Segment Start: Extracted data
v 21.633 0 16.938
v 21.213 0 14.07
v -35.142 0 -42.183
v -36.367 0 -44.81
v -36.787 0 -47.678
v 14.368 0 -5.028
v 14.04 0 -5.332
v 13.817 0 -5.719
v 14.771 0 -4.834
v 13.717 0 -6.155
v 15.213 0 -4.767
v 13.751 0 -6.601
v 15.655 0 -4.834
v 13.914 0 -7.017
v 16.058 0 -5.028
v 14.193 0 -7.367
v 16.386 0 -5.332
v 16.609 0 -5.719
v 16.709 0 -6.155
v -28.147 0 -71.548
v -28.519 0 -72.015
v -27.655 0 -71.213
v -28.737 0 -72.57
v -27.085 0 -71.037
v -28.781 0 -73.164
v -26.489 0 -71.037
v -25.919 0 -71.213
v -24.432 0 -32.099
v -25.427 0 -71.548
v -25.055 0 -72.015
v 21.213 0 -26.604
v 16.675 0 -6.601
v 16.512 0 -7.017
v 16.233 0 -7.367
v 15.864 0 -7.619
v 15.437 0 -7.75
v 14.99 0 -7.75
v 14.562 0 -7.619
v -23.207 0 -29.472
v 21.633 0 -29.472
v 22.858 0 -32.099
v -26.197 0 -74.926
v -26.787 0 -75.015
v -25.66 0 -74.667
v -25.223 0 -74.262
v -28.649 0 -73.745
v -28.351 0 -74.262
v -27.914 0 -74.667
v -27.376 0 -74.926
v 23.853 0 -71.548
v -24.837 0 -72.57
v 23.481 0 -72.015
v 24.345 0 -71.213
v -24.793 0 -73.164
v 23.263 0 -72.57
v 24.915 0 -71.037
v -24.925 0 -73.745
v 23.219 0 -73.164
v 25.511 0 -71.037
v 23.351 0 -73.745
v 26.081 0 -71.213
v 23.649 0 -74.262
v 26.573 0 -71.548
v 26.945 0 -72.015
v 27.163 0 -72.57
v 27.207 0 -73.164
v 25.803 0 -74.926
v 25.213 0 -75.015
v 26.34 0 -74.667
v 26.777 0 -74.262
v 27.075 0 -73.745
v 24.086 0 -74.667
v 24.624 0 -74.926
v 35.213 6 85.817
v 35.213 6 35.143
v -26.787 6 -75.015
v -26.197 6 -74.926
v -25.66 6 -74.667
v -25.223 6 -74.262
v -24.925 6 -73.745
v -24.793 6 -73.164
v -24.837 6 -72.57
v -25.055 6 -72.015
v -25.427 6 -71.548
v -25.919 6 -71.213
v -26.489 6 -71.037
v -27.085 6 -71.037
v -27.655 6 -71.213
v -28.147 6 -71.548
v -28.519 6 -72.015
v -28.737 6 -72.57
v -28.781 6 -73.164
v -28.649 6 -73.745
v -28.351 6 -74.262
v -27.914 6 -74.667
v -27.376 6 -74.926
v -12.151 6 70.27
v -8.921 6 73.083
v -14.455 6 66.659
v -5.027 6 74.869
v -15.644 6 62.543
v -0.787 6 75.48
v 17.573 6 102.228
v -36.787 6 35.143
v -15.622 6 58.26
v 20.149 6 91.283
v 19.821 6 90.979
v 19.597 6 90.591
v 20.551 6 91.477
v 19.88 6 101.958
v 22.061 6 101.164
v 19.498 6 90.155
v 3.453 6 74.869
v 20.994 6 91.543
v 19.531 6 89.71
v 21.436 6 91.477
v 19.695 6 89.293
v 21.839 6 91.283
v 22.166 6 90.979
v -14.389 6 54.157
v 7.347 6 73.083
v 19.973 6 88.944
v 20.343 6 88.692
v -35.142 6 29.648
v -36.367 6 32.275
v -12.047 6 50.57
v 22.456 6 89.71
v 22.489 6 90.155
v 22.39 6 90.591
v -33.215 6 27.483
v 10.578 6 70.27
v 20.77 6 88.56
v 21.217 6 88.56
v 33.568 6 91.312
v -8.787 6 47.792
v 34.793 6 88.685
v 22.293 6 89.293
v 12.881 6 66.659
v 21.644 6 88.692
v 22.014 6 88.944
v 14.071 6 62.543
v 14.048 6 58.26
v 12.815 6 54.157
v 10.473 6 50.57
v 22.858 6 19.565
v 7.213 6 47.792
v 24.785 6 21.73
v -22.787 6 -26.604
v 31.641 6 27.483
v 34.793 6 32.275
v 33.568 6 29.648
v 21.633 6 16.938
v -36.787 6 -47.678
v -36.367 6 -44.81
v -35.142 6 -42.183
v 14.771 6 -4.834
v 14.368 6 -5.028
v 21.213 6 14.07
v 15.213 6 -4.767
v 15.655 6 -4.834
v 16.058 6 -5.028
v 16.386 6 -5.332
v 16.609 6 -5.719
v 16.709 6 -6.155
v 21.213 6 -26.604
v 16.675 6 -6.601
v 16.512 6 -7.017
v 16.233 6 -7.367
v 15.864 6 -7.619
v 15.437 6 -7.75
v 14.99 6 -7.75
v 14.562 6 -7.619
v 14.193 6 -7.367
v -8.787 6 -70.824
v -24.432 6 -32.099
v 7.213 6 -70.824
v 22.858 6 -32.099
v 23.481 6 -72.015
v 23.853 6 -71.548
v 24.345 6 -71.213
Segment End: Extracted data
Segment Start: Extracted data
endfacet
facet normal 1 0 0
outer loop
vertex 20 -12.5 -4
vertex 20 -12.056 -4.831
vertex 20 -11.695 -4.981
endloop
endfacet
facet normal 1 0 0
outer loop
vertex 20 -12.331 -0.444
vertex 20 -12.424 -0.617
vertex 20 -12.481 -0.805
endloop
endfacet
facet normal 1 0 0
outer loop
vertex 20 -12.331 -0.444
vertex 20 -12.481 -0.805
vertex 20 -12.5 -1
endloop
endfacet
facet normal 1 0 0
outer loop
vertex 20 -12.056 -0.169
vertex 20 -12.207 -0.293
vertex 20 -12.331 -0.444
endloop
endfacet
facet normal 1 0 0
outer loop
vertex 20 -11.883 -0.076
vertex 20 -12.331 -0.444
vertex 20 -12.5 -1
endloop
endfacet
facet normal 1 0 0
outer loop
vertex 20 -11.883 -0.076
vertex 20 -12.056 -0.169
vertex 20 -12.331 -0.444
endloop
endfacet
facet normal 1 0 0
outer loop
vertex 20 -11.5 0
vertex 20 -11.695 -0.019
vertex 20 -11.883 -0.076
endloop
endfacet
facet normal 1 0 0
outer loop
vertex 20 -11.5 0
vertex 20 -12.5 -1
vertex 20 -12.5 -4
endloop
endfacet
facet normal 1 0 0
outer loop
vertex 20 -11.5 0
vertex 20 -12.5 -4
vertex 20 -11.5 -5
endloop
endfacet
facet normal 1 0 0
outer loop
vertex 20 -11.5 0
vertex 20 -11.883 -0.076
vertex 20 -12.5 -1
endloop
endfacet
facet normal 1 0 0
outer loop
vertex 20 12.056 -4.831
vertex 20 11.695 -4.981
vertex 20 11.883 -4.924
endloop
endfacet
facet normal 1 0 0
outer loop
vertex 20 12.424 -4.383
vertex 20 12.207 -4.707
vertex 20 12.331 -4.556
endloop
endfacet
Segment End: Extracted data
(Task requirements) Exactly the lines above from the one with "v -27.914 6 -74.667" to the one with "v 34.793 6 88.685", both included, are to be quoted; leave the rest out.

(Answer for this exercise)
v -27.914 6 -74.667
v -27.376 6 -74.926
v -12.151 6 70.27
v -8.921 6 73.083
v -14.455 6 66.659
v -5.027 6 74.869
v -15.644 6 62.543
v -0.787 6 75.48
v 17.573 6 102.228
v -36.787 6 35.143
v -15.622 6 58.26
v 20.149 6 91.283
v 19.821 6 90.979
v 19.597 6 90.591
v 20.551 6 91.477
v 19.88 6 101.958
v 22.061 6 101.164
v 19.498 6 90.155
v 3.453 6 74.869
v 20.994 6 91.543
v 19.531 6 89.71
v 21.436 6 91.477
v 19.695 6 89.293
v 21.839 6 91.283
v 22.166 6 90.979
v -14.389 6 54.157
v 7.347 6 73.083
v 19.973 6 88.944
v 20.343 6 88.692
v -35.142 6 29.648
v -36.367 6 32.275
v -12.047 6 50.57
v 22.456 6 89.71
v 22.489 6 90.155
v 22.39 6 90.591
v -33.215 6 27.483
v 10.578 6 70.27
v 20.77 6 88.56
v 21.217 6 88.56
v 33.568 6 91.312
v -8.787 6 47.792
v 34.793 6 88.685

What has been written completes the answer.